▶ _Work to complete_
Reproduce the section of the listing that begins at the line containing "#455=ORIENTED_EDGE('',*,*,#126,.T.);" and finishes at the line containing "#471=ADVANCED_FACE('',(#468),#470,.T.);". Include both end lines and nothing beyond them.

======

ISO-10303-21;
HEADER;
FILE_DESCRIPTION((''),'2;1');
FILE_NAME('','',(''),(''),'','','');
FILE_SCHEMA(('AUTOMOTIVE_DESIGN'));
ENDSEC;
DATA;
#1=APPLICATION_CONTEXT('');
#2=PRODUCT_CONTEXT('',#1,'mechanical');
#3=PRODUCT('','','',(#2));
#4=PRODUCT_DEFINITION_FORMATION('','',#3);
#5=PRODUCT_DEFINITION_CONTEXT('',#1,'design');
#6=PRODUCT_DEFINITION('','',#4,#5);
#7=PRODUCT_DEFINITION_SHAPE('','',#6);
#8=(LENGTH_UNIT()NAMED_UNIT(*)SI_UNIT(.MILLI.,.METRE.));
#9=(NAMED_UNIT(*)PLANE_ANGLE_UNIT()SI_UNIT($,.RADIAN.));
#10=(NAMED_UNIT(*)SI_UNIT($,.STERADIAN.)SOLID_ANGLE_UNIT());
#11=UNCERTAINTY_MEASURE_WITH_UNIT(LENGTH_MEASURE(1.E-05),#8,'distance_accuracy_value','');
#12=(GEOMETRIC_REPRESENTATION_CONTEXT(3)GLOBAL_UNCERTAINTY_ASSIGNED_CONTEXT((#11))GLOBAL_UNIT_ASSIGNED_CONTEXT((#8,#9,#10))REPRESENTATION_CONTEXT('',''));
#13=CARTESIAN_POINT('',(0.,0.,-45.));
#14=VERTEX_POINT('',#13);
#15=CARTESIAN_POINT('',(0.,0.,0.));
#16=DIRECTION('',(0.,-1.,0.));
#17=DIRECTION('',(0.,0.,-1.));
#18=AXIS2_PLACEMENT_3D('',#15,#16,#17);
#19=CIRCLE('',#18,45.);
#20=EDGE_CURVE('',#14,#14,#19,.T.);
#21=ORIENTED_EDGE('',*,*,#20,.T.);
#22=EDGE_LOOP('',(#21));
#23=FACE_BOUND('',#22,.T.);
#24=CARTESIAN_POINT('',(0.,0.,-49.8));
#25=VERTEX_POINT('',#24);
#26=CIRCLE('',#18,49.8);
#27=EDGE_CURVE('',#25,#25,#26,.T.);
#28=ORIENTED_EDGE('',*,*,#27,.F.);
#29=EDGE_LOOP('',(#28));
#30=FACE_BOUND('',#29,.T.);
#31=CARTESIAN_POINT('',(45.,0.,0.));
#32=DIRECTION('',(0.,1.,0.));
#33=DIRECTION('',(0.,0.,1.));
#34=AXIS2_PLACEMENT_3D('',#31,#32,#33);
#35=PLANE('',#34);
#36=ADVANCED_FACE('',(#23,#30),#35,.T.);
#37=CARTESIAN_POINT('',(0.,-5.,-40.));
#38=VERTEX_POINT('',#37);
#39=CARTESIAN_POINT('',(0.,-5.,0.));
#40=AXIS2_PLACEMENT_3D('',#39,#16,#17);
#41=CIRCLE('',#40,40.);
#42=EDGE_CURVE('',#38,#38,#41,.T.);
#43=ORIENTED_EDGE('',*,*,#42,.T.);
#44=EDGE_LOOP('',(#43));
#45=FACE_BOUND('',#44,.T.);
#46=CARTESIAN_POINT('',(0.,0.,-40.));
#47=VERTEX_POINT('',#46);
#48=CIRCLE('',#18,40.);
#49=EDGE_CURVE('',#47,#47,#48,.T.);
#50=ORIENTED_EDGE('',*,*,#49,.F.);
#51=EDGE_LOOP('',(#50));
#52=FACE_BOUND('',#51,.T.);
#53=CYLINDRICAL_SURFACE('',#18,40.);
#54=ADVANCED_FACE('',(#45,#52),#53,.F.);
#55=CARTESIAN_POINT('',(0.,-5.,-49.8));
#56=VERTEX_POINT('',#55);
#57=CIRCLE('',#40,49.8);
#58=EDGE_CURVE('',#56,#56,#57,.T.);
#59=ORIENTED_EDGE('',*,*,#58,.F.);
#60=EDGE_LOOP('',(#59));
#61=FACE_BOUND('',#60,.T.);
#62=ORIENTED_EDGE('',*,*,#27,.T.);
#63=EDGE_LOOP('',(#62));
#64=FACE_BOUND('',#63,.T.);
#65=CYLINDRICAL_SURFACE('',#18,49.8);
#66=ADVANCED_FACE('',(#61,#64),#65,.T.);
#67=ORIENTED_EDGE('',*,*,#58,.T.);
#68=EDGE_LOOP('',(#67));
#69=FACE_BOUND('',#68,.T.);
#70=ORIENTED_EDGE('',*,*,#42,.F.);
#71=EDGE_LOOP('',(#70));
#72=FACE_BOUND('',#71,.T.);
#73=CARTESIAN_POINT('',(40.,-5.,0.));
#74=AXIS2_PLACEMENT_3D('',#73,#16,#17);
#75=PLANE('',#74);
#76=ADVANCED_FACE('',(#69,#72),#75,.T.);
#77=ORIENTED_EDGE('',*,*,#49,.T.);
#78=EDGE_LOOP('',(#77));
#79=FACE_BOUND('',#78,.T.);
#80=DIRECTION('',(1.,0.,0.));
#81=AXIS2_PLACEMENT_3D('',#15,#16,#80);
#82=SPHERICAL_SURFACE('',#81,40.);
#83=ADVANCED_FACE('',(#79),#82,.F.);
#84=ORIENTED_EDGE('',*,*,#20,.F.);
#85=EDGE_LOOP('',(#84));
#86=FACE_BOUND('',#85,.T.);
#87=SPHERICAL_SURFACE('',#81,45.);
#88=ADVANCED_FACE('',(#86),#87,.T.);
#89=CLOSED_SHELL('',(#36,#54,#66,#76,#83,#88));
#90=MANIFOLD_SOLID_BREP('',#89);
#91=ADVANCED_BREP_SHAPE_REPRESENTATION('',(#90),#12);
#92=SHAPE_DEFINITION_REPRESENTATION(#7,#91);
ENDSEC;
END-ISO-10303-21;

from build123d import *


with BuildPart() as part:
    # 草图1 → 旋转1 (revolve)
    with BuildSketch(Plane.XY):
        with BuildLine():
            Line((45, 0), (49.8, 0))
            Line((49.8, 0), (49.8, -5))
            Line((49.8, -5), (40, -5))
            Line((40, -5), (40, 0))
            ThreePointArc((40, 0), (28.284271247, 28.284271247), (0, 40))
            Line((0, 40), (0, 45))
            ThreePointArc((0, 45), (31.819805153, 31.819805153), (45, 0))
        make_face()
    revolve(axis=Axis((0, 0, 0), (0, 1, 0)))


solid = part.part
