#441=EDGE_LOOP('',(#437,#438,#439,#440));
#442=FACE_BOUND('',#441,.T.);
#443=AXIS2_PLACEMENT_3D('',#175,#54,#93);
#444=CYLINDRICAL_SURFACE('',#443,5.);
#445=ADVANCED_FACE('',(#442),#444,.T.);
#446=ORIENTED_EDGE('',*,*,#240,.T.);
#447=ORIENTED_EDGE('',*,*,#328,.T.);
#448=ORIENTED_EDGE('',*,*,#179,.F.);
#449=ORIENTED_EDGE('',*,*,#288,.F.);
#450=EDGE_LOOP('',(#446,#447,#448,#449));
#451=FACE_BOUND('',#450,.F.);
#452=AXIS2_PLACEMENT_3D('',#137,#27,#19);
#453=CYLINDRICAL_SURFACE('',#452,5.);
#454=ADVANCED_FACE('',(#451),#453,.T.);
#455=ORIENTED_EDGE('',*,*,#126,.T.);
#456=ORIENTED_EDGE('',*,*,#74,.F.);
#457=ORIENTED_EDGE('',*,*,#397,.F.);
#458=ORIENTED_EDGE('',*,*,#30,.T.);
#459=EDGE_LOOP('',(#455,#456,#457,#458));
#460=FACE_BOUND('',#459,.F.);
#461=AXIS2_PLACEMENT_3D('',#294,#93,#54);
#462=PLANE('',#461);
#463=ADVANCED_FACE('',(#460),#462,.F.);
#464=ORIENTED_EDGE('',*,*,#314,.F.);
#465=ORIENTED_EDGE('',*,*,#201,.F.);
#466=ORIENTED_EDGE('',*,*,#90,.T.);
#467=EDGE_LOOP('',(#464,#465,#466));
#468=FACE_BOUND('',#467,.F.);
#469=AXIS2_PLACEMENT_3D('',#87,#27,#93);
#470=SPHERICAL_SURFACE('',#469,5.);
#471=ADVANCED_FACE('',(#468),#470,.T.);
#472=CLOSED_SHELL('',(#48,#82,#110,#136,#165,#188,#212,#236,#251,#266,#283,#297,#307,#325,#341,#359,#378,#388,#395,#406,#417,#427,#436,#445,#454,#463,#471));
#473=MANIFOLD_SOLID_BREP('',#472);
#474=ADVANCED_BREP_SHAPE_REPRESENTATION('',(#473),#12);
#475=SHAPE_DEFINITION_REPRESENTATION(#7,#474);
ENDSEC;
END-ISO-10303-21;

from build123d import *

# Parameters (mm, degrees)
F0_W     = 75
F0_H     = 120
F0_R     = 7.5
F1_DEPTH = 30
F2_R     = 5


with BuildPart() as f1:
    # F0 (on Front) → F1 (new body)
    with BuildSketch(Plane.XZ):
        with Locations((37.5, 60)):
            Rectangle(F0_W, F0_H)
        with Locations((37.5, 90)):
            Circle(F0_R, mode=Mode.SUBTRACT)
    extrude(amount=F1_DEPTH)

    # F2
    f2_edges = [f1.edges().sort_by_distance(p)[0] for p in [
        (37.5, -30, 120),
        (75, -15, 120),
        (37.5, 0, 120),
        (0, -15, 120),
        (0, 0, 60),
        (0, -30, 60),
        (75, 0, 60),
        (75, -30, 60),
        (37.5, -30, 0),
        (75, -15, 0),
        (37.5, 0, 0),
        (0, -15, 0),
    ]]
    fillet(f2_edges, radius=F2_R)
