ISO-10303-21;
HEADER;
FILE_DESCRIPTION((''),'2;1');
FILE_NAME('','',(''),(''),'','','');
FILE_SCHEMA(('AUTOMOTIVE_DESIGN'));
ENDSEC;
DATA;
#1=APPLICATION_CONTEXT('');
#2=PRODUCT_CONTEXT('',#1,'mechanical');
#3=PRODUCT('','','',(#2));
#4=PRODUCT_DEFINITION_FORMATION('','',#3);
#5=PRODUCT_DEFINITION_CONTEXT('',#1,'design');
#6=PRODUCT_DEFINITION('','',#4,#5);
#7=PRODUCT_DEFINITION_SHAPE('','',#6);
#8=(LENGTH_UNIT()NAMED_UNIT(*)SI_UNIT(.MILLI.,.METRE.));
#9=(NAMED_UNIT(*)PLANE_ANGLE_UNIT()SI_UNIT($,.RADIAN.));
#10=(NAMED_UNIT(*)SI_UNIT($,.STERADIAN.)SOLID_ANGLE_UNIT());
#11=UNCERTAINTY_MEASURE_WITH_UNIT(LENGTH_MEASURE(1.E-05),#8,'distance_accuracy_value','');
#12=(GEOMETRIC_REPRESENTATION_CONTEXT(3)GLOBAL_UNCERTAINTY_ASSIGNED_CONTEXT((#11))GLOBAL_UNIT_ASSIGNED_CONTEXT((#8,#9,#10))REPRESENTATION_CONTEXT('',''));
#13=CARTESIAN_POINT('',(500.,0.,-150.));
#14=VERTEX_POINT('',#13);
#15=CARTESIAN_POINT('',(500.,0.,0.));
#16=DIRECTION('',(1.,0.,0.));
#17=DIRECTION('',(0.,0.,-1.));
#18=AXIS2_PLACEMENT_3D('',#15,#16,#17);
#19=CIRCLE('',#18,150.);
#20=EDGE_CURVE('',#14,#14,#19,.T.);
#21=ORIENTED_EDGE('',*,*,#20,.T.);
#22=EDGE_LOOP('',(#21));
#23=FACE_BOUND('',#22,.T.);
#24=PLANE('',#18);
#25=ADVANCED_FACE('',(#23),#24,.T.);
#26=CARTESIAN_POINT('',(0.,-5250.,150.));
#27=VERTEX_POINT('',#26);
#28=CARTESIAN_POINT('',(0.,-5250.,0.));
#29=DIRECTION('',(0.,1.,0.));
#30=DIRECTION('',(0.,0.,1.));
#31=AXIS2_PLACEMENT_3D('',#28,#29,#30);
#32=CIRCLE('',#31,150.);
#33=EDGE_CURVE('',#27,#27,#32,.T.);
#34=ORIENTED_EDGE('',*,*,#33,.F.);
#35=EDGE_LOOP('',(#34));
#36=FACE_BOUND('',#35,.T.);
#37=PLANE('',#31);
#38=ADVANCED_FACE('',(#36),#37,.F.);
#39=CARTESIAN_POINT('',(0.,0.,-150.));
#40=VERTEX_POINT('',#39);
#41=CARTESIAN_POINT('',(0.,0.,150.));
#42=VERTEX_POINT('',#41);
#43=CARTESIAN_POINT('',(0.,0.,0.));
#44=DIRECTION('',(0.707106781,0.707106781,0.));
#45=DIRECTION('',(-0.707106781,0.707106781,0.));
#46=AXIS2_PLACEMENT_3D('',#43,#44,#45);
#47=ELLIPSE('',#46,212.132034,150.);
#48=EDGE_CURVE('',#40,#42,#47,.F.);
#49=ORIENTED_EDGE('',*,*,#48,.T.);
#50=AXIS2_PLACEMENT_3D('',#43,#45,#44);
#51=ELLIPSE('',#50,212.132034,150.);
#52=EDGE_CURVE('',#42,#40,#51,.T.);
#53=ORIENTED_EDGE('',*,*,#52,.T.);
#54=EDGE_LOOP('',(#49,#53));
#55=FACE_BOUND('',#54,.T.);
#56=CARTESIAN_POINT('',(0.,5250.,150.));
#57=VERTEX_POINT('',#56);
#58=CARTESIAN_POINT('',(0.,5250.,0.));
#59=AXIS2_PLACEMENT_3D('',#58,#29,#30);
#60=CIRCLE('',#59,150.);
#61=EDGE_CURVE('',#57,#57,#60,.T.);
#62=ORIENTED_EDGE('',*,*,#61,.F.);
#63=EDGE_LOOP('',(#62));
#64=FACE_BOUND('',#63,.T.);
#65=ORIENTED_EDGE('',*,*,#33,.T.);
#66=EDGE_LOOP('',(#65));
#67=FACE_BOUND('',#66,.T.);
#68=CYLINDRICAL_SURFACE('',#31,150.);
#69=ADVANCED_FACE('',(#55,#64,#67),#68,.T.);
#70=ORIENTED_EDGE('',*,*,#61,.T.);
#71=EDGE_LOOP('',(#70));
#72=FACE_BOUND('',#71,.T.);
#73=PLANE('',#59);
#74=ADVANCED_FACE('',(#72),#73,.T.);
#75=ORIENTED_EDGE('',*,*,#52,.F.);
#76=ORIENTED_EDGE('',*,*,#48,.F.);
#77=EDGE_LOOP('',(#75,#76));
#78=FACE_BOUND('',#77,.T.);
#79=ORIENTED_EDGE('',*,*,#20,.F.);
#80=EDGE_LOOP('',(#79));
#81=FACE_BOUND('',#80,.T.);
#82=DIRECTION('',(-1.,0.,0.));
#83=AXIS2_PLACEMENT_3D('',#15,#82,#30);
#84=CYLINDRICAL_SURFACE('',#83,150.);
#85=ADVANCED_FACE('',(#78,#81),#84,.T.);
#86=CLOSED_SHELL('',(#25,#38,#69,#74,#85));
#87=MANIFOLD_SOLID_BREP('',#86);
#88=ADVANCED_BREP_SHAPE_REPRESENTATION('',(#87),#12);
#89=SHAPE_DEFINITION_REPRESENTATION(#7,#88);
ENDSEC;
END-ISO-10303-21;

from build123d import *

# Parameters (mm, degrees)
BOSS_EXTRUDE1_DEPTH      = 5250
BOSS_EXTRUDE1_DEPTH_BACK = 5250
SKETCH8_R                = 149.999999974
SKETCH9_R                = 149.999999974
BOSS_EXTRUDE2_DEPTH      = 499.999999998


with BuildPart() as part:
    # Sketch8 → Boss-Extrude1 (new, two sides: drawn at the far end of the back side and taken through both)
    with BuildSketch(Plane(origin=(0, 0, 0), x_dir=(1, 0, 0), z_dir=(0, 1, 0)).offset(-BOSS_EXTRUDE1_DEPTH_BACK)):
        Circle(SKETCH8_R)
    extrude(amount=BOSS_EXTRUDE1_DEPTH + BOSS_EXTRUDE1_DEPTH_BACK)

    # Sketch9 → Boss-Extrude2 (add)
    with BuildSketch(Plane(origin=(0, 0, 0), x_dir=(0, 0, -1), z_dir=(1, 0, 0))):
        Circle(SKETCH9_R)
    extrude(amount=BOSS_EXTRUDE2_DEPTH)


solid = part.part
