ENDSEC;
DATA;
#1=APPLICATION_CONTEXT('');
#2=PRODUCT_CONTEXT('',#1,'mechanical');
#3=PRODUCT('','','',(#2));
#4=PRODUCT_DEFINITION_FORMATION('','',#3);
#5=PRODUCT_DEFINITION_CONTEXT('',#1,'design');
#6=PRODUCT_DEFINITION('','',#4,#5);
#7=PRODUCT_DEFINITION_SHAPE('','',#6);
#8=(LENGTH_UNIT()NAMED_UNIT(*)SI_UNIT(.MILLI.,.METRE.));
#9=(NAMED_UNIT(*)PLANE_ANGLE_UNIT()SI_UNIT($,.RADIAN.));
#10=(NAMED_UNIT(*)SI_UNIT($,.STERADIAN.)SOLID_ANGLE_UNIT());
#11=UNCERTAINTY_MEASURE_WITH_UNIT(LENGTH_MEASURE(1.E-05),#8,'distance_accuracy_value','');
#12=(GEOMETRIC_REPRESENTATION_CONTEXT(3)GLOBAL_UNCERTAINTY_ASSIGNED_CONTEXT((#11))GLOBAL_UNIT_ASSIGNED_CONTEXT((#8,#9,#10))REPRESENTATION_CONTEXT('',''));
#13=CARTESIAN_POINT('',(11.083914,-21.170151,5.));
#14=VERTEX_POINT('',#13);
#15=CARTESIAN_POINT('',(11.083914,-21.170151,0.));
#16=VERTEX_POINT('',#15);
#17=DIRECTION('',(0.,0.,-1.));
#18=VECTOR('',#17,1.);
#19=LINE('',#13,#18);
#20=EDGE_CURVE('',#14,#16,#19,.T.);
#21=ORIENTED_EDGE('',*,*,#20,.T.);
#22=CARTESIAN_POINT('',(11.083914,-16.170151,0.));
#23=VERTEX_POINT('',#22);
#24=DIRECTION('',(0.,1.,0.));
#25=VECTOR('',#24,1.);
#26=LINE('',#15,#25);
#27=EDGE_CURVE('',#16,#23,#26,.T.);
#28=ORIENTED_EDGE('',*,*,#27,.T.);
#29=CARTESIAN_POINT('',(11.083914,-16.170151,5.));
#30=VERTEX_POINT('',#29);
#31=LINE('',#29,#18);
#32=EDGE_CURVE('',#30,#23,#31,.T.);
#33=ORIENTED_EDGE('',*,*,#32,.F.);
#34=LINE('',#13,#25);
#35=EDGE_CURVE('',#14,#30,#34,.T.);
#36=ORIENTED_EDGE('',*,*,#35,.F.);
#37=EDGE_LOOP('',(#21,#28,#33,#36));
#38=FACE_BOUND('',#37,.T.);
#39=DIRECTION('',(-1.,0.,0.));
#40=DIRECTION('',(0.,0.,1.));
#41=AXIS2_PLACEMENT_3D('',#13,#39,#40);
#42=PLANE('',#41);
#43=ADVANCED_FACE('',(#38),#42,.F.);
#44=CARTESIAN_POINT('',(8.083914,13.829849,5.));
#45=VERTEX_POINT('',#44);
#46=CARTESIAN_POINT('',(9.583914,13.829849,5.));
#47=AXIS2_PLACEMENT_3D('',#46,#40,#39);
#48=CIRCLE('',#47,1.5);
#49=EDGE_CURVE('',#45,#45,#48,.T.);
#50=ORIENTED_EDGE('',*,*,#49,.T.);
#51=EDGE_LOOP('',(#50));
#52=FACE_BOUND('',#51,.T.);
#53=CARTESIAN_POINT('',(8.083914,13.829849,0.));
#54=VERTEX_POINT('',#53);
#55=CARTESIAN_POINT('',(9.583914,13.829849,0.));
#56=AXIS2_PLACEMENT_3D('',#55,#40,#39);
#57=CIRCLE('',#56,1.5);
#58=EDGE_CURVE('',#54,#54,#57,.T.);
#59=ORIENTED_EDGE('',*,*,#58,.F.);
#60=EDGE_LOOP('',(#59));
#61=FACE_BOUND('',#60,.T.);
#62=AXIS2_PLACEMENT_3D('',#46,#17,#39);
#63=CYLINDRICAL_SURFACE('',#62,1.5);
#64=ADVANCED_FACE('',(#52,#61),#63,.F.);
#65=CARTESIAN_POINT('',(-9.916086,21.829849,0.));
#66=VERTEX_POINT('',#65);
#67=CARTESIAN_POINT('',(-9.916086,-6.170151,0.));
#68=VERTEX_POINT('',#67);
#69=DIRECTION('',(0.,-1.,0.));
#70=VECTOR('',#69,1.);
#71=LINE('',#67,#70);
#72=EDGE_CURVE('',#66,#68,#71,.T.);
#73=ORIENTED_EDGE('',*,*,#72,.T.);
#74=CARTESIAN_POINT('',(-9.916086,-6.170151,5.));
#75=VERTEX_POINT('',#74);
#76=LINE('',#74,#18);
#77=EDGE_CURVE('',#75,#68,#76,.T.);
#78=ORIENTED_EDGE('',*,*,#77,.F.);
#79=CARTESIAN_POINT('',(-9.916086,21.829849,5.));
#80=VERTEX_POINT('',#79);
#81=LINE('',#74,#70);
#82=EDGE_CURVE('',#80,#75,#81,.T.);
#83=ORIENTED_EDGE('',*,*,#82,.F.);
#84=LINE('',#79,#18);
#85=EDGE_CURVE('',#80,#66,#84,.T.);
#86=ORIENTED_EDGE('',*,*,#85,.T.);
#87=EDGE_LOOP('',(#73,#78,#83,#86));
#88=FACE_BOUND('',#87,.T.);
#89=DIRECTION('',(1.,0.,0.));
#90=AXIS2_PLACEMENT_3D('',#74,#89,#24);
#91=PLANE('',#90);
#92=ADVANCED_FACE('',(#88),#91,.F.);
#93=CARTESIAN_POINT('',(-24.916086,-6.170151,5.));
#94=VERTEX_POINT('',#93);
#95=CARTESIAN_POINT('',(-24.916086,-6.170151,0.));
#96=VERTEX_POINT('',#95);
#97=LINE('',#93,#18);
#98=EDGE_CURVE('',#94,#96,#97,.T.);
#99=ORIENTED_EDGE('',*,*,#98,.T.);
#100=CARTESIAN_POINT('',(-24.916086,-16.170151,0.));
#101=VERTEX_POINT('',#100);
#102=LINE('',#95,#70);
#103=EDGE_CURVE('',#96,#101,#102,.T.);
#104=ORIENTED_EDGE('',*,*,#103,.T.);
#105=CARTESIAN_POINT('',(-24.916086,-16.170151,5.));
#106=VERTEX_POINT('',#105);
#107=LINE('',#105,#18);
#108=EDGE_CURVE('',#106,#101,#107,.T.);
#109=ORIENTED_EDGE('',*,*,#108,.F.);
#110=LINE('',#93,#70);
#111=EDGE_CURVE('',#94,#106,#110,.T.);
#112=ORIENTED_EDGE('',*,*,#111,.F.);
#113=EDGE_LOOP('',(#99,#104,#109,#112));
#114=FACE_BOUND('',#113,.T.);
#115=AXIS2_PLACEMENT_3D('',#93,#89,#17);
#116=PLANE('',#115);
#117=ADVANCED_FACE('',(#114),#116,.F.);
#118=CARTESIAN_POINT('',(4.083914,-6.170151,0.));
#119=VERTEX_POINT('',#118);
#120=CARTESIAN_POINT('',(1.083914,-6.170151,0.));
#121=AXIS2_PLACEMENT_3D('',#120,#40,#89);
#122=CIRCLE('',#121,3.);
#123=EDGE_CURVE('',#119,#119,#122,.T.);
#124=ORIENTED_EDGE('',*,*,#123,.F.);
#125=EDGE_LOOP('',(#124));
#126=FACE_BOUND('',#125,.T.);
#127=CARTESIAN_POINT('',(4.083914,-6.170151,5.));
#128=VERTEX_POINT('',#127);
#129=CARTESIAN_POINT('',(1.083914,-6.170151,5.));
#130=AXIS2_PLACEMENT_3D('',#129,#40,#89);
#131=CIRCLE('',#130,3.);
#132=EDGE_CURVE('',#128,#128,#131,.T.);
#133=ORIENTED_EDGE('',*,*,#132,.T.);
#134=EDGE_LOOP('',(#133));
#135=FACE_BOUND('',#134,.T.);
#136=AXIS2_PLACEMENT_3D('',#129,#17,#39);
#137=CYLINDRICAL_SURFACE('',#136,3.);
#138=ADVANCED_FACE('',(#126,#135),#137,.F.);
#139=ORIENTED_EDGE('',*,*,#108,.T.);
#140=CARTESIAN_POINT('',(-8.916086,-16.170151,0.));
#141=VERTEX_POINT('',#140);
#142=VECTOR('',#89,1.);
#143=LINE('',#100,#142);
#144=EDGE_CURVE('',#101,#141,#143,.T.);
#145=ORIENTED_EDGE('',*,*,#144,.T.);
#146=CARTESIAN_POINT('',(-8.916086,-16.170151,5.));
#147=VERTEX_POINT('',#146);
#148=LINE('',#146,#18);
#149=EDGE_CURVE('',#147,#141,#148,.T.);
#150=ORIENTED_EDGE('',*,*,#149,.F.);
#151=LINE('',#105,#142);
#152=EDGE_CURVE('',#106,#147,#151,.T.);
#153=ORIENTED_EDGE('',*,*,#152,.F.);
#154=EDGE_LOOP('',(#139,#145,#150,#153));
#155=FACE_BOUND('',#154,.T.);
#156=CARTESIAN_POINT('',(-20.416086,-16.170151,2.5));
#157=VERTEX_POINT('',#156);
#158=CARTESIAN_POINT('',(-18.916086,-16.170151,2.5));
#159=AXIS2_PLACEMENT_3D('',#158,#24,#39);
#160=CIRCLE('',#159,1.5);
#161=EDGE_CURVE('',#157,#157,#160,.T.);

======

▶ _Result of this task_
#455=ORIENTED_EDGE('',*,*,#126,.T.);
#456=ORIENTED_EDGE('',*,*,#74,.F.);
#457=ORIENTED_EDGE('',*,*,#397,.F.);
#458=ORIENTED_EDGE('',*,*,#30,.T.);
#459=EDGE_LOOP('',(#455,#456,#457,#458));
#460=FACE_BOUND('',#459,.F.);
#461=AXIS2_PLACEMENT_3D('',#294,#93,#54);
#462=PLANE('',#461);
#463=ADVANCED_FACE('',(#460),#462,.F.);
#464=ORIENTED_EDGE('',*,*,#314,.F.);
#465=ORIENTED_EDGE('',*,*,#201,.F.);
#466=ORIENTED_EDGE('',*,*,#90,.T.);
#467=EDGE_LOOP('',(#464,#465,#466));
#468=FACE_BOUND('',#467,.F.);
#469=AXIS2_PLACEMENT_3D('',#87,#27,#93);
#470=SPHERICAL_SURFACE('',#469,5.);
#471=ADVANCED_FACE('',(#468),#470,.T.);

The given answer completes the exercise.